From the line with "f 133 134 136" through the line with "v -43.645 88.423 12", inclusive, return each line of the data below exactly and leave the rest out.

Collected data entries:
* * *
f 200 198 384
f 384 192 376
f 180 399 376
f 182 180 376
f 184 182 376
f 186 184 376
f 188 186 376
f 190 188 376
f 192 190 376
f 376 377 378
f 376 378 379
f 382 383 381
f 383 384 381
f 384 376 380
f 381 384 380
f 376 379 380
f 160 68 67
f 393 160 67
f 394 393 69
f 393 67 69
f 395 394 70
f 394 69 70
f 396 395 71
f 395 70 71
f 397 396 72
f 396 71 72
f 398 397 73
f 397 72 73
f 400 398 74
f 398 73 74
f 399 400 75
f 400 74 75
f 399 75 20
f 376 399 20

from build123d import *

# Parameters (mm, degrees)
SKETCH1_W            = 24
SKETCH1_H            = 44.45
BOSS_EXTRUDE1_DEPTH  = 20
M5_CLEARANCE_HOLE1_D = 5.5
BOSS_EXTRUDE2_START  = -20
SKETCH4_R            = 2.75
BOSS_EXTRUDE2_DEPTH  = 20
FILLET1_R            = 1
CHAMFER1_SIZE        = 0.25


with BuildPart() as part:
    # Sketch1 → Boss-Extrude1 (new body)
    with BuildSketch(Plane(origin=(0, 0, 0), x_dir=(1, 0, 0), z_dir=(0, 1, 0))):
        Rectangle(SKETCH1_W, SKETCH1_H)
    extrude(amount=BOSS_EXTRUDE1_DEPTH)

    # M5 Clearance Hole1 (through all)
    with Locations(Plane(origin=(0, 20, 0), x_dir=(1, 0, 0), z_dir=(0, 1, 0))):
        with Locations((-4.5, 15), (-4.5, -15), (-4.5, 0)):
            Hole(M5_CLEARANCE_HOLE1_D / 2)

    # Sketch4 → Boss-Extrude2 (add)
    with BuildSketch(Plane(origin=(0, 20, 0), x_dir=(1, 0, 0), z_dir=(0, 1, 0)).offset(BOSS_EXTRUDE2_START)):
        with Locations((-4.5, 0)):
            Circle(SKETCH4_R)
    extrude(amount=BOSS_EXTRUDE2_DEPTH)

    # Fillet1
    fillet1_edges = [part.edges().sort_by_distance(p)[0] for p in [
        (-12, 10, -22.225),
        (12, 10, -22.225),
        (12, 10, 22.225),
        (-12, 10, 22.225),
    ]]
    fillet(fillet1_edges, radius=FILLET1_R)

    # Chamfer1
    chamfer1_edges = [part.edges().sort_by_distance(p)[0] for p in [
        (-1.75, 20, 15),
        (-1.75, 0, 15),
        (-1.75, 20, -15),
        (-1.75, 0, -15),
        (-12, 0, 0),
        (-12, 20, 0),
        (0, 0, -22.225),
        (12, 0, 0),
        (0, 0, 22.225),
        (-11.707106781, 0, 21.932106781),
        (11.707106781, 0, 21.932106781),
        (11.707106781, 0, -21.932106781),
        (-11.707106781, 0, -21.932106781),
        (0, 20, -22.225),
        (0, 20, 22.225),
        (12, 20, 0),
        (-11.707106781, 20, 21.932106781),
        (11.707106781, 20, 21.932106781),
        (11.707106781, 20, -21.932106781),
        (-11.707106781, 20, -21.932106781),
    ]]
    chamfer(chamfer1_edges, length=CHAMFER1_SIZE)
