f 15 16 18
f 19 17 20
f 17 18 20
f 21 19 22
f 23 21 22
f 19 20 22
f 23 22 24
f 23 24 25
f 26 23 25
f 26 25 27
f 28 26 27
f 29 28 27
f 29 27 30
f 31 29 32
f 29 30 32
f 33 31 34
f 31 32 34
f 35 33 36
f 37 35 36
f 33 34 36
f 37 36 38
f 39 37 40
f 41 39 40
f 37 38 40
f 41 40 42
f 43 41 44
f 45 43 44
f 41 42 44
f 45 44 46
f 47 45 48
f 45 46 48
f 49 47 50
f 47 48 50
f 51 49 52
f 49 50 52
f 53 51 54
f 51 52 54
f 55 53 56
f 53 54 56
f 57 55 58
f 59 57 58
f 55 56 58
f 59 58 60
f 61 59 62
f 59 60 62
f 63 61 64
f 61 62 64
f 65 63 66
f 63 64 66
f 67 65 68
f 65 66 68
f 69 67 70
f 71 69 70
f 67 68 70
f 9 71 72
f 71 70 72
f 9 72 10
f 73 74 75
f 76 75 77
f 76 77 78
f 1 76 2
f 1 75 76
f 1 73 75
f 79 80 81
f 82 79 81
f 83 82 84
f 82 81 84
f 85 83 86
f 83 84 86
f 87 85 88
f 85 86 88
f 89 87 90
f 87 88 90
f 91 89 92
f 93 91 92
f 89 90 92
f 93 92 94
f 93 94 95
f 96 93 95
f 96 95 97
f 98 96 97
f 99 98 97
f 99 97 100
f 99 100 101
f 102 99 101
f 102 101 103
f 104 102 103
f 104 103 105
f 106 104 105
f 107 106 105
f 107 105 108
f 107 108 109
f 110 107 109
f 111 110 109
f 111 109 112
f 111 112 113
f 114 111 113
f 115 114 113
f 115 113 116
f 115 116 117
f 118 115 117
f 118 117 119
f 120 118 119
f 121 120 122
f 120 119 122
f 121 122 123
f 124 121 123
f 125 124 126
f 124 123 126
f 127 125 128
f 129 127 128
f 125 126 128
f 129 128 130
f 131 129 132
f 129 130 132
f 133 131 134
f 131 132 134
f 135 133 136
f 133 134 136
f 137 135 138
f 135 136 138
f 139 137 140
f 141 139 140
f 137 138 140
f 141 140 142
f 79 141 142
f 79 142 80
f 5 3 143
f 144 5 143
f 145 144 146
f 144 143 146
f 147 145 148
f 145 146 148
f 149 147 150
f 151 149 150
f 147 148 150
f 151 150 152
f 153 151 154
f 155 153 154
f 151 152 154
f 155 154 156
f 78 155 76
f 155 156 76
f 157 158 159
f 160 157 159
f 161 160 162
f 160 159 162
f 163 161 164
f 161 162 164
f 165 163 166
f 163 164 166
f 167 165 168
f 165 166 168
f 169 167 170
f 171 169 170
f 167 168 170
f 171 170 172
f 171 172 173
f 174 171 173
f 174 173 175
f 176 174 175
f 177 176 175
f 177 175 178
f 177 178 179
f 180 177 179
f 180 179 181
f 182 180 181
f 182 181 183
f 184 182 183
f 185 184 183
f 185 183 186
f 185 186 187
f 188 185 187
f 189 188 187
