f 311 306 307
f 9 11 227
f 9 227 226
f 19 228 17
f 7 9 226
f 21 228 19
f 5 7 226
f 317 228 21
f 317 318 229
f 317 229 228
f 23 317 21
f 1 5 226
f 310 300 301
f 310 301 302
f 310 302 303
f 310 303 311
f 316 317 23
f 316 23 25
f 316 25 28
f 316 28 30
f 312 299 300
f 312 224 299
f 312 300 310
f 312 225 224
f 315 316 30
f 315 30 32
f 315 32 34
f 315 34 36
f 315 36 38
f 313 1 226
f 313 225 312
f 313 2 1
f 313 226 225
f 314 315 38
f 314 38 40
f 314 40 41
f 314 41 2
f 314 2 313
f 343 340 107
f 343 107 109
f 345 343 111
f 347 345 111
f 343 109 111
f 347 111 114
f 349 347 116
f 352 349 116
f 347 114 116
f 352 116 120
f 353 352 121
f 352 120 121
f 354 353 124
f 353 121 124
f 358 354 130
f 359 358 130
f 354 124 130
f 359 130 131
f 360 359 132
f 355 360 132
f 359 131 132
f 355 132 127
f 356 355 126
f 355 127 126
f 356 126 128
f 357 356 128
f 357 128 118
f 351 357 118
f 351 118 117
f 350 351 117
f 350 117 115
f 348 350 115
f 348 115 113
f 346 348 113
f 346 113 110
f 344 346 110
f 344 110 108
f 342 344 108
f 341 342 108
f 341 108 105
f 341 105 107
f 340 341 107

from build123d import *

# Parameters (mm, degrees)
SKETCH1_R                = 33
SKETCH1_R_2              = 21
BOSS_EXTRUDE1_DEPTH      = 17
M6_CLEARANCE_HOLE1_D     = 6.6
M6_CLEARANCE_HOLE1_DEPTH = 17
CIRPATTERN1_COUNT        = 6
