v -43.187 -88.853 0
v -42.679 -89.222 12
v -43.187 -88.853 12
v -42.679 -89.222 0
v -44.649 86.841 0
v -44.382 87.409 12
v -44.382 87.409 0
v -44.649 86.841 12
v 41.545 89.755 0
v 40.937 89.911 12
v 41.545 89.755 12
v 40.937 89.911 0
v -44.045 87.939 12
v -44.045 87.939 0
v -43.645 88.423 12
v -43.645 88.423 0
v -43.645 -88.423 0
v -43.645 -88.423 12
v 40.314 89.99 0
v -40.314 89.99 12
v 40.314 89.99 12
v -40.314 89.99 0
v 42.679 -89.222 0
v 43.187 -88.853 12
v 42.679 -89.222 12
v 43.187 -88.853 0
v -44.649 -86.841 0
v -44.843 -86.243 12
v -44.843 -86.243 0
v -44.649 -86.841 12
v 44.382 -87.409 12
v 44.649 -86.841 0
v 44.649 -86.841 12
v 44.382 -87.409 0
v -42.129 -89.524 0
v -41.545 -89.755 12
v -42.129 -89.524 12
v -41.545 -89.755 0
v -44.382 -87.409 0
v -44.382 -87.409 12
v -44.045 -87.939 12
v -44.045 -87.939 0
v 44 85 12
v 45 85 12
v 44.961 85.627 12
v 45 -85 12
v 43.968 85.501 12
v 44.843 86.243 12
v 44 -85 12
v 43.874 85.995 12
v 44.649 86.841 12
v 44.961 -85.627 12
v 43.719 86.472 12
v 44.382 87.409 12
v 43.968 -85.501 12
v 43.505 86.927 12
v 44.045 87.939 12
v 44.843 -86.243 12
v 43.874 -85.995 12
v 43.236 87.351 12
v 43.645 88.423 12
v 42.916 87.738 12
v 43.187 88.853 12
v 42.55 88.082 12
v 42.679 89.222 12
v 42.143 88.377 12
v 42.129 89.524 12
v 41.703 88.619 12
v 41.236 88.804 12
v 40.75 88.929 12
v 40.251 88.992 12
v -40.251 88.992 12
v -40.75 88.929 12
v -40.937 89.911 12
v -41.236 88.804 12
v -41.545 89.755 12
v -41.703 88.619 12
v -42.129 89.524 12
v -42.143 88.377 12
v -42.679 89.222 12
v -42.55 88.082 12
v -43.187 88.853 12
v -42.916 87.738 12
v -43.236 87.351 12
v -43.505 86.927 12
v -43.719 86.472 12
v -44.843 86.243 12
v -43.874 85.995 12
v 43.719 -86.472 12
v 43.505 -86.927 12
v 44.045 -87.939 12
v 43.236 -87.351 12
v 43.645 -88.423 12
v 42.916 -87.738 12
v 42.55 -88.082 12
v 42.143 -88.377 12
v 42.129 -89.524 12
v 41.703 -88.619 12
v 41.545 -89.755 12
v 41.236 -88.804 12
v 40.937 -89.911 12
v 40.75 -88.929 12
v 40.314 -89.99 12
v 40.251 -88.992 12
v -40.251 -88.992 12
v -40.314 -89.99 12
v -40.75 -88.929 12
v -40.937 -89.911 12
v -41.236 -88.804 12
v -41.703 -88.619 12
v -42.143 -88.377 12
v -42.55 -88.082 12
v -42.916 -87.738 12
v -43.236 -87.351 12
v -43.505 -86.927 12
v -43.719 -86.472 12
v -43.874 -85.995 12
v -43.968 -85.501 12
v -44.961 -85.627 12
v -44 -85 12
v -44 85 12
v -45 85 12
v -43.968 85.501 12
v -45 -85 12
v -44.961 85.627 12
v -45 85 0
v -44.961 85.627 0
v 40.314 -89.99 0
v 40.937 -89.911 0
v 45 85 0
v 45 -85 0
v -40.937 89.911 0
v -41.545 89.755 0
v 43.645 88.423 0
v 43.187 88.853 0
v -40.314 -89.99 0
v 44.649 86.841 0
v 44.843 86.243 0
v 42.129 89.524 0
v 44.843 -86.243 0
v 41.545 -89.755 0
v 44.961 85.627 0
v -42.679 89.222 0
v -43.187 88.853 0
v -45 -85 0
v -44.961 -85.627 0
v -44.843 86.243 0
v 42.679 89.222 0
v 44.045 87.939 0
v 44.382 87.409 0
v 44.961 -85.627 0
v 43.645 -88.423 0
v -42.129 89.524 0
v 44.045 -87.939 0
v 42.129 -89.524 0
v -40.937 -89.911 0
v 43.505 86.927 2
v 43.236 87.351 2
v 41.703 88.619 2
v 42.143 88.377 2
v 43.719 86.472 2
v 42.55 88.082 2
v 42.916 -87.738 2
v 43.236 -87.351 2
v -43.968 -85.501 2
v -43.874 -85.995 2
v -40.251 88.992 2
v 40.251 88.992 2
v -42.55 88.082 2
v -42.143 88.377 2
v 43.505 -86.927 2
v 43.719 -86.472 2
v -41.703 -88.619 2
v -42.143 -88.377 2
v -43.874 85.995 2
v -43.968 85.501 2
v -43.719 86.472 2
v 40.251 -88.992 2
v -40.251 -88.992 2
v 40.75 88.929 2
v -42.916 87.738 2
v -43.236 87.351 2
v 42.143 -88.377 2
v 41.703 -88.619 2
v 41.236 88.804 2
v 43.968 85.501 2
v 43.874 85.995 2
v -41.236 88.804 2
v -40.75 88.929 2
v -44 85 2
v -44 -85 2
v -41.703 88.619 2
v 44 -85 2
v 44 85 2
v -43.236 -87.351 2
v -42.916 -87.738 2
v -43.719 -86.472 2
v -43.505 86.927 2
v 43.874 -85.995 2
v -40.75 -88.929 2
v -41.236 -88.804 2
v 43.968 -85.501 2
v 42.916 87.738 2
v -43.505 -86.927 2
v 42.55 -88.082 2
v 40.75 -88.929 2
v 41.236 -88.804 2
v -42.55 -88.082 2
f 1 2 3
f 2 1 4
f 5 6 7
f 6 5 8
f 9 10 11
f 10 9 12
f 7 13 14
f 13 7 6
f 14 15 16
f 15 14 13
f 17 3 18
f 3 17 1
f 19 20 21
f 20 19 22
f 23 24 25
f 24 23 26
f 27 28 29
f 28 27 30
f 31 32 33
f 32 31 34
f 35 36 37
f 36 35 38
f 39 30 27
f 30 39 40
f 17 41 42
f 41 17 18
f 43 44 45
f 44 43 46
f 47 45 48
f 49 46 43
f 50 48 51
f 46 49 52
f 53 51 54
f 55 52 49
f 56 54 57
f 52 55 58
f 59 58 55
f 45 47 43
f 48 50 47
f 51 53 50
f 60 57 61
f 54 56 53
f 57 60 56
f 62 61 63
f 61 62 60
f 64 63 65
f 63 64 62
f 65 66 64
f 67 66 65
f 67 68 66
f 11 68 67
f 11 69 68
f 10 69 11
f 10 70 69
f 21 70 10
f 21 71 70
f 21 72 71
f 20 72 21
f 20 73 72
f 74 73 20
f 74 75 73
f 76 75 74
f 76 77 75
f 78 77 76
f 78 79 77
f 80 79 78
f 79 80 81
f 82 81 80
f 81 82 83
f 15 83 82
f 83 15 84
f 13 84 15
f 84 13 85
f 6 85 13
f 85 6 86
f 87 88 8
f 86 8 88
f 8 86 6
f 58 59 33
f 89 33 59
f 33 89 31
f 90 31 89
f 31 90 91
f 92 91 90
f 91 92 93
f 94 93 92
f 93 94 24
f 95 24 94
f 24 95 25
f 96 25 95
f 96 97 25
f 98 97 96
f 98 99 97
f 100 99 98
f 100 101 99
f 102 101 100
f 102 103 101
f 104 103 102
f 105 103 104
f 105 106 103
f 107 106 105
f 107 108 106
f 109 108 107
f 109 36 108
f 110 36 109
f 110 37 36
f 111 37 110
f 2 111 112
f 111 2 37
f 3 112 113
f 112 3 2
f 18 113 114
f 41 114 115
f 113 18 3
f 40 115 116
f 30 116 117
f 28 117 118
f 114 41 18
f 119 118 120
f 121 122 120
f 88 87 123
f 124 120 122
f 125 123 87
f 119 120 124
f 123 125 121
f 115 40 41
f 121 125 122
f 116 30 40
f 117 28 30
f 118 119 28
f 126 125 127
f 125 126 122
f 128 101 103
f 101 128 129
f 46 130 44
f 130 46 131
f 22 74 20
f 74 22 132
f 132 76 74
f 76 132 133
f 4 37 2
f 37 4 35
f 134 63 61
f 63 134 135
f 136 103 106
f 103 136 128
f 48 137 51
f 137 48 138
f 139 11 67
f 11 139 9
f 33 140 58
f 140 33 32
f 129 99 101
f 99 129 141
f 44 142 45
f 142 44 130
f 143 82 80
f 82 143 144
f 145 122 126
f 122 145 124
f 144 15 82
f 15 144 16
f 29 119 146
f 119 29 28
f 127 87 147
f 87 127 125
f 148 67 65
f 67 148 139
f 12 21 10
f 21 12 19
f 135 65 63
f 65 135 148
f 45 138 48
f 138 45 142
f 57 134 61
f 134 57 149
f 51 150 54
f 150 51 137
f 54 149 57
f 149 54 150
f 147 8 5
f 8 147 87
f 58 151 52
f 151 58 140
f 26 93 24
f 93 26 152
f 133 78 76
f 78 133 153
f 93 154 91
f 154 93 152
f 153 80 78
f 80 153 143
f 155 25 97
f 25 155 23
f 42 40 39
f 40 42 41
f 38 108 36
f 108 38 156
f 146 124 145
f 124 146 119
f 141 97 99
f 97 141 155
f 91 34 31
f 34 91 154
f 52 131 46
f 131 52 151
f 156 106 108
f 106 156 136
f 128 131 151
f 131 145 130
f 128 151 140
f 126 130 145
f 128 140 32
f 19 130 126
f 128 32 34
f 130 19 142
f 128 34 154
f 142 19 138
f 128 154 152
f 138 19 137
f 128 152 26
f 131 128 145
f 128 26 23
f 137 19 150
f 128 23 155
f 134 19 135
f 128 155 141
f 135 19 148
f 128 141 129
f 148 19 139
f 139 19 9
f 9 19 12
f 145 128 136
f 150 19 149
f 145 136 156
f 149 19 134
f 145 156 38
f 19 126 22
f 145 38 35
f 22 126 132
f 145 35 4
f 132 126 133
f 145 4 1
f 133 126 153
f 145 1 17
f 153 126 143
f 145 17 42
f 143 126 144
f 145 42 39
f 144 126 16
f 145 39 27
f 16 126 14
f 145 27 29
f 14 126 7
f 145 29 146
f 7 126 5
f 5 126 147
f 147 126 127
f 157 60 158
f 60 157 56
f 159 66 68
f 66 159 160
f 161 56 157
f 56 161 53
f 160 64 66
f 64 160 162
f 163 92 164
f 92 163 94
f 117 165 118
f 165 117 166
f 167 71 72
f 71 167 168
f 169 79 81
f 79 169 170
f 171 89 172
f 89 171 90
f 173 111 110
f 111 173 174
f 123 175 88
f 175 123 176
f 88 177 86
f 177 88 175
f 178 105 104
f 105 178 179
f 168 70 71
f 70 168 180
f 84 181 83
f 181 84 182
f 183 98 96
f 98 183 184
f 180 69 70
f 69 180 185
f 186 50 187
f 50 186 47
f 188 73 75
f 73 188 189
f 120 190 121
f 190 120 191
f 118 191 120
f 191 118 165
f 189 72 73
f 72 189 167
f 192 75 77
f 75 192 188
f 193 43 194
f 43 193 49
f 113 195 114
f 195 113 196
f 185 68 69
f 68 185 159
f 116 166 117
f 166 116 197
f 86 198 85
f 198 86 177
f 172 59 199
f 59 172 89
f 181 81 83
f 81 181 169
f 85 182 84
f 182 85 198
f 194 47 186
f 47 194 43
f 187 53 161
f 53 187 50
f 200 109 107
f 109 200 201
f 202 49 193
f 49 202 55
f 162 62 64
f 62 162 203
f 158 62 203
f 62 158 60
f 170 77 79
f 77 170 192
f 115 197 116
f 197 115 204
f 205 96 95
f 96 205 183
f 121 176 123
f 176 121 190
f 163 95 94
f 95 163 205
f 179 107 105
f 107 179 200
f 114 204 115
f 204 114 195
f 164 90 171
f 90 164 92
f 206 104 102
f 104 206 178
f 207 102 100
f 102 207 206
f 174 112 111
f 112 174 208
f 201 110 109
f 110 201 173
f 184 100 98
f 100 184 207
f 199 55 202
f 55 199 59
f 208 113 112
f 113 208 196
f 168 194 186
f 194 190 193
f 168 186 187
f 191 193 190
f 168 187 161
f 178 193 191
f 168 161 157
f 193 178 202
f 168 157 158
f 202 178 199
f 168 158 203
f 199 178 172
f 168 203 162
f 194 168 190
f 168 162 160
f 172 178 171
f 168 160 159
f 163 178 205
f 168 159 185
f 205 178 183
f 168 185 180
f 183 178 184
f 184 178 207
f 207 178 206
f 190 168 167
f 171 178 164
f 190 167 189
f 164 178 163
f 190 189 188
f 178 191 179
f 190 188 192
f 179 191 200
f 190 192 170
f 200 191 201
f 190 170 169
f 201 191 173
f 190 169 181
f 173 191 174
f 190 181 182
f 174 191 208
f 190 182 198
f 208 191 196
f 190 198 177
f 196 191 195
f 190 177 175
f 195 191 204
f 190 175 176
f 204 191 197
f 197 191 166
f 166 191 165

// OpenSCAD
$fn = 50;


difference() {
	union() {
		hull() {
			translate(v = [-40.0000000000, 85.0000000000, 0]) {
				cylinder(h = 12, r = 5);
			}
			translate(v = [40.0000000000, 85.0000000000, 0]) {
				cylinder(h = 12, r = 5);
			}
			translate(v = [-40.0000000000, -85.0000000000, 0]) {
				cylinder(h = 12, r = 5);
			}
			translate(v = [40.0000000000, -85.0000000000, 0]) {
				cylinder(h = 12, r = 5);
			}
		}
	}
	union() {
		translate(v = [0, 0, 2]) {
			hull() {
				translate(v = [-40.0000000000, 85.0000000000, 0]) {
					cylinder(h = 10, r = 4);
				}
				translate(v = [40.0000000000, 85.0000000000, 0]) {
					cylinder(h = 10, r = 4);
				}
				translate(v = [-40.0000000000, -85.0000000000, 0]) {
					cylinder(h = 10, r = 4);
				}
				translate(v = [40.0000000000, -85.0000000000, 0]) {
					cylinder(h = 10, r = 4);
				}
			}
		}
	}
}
* * *
Task result:
f 133 134 136
f 137 135 138
f 135 136 138
f 139 137 140
f 141 139 140
f 137 138 140
f 141 140 142
f 79 141 142
f 79 142 80
f 5 3 143
f 144 5 143
f 145 144 146
f 144 143 146
f 147 145 148
f 145 146 148
f 149 147 150
f 151 149 150
f 147 148 150
f 151 150 152
f 153 151 154
f 155 153 154
f 151 152 154
f 155 154 156
f 78 155 76
f 155 156 76
f 157 158 159
f 160 157 159
f 161 160 162
f 160 159 162
f 163 161 164
f 161 162 164
f 165 163 166
f 163 164 166
f 167 165 168
f 165 166 168
f 169 167 170
f 171 169 170
f 167 168 170
f 171 170 172
f 171 172 173
f 174 171 173
f 174 173 175
f 176 174 175
f 177 176 175
f 177 175 178
f 177 178 179
f 180 177 179
f 180 179 181
f 182 180 181
f 182 181 183
f 184 182 183
f 185 184 183
f 185 183 186
f 185 186 187
f 188 185 187
f 189 188 187
f 311 306 307
f 9 11 227
f 9 227 226
f 19 228 17
f 7 9 226
f 21 228 19
f 5 7 226
f 317 228 21
f 317 318 229
f 317 229 228
f 23 317 21
f 1 5 226
f 310 300 301
f 310 301 302
f 310 302 303
f 310 303 311
f 316 317 23
f 316 23 25
f 316 25 28
f 316 28 30
f 312 299 300
f 312 224 299
f 312 300 310
f 312 225 224
f 315 316 30
f 315 30 32
f 315 32 34
f 315 34 36
f 315 36 38
f 313 1 226
f 313 225 312
f 313 2 1
f 313 226 225
f 314 315 38
f 314 38 40
f 314 40 41
f 314 41 2
f 314 2 313
f 343 340 107
f 343 107 109
f 345 343 111
f 347 345 111
f 343 109 111
f 347 111 114
f 349 347 116
f 352 349 116
f 347 114 116
f 352 116 120
f 353 352 121
f 352 120 121
f 354 353 124
f 353 121 124
f 358 354 130
f 359 358 130
f 354 124 130
f 359 130 131
f 360 359 132
f 355 360 132
f 359 131 132
f 355 132 127
f 356 355 126
f 355 127 126
f 356 126 128
f 357 356 128
f 357 128 118
f 351 357 118
f 351 118 117
f 350 351 117
f 350 117 115
f 348 350 115
f 348 115 113
f 346 348 113
f 346 113 110
f 344 346 110
f 344 110 108
f 342 344 108
f 341 342 108
f 341 108 105
f 341 105 107
f 340 341 107

from build123d import *

# Parameters (mm, degrees)
SKETCH1_R                = 33
SKETCH1_R_2              = 21
BOSS_EXTRUDE1_DEPTH      = 17
M6_CLEARANCE_HOLE1_D     = 6.6
M6_CLEARANCE_HOLE1_DEPTH = 17
CIRPATTERN1_COUNT        = 6
v -43.187 -88.853 0
v -42.679 -89.222 12
v -43.187 -88.853 12
v -42.679 -89.222 0
v -44.649 86.841 0
v -44.382 87.409 12
v -44.382 87.409 0
v -44.649 86.841 12
v 41.545 89.755 0
v 40.937 89.911 12
v 41.545 89.755 12
v 40.937 89.911 0
v -44.045 87.939 12
v -44.045 87.939 0
v -43.645 88.423 12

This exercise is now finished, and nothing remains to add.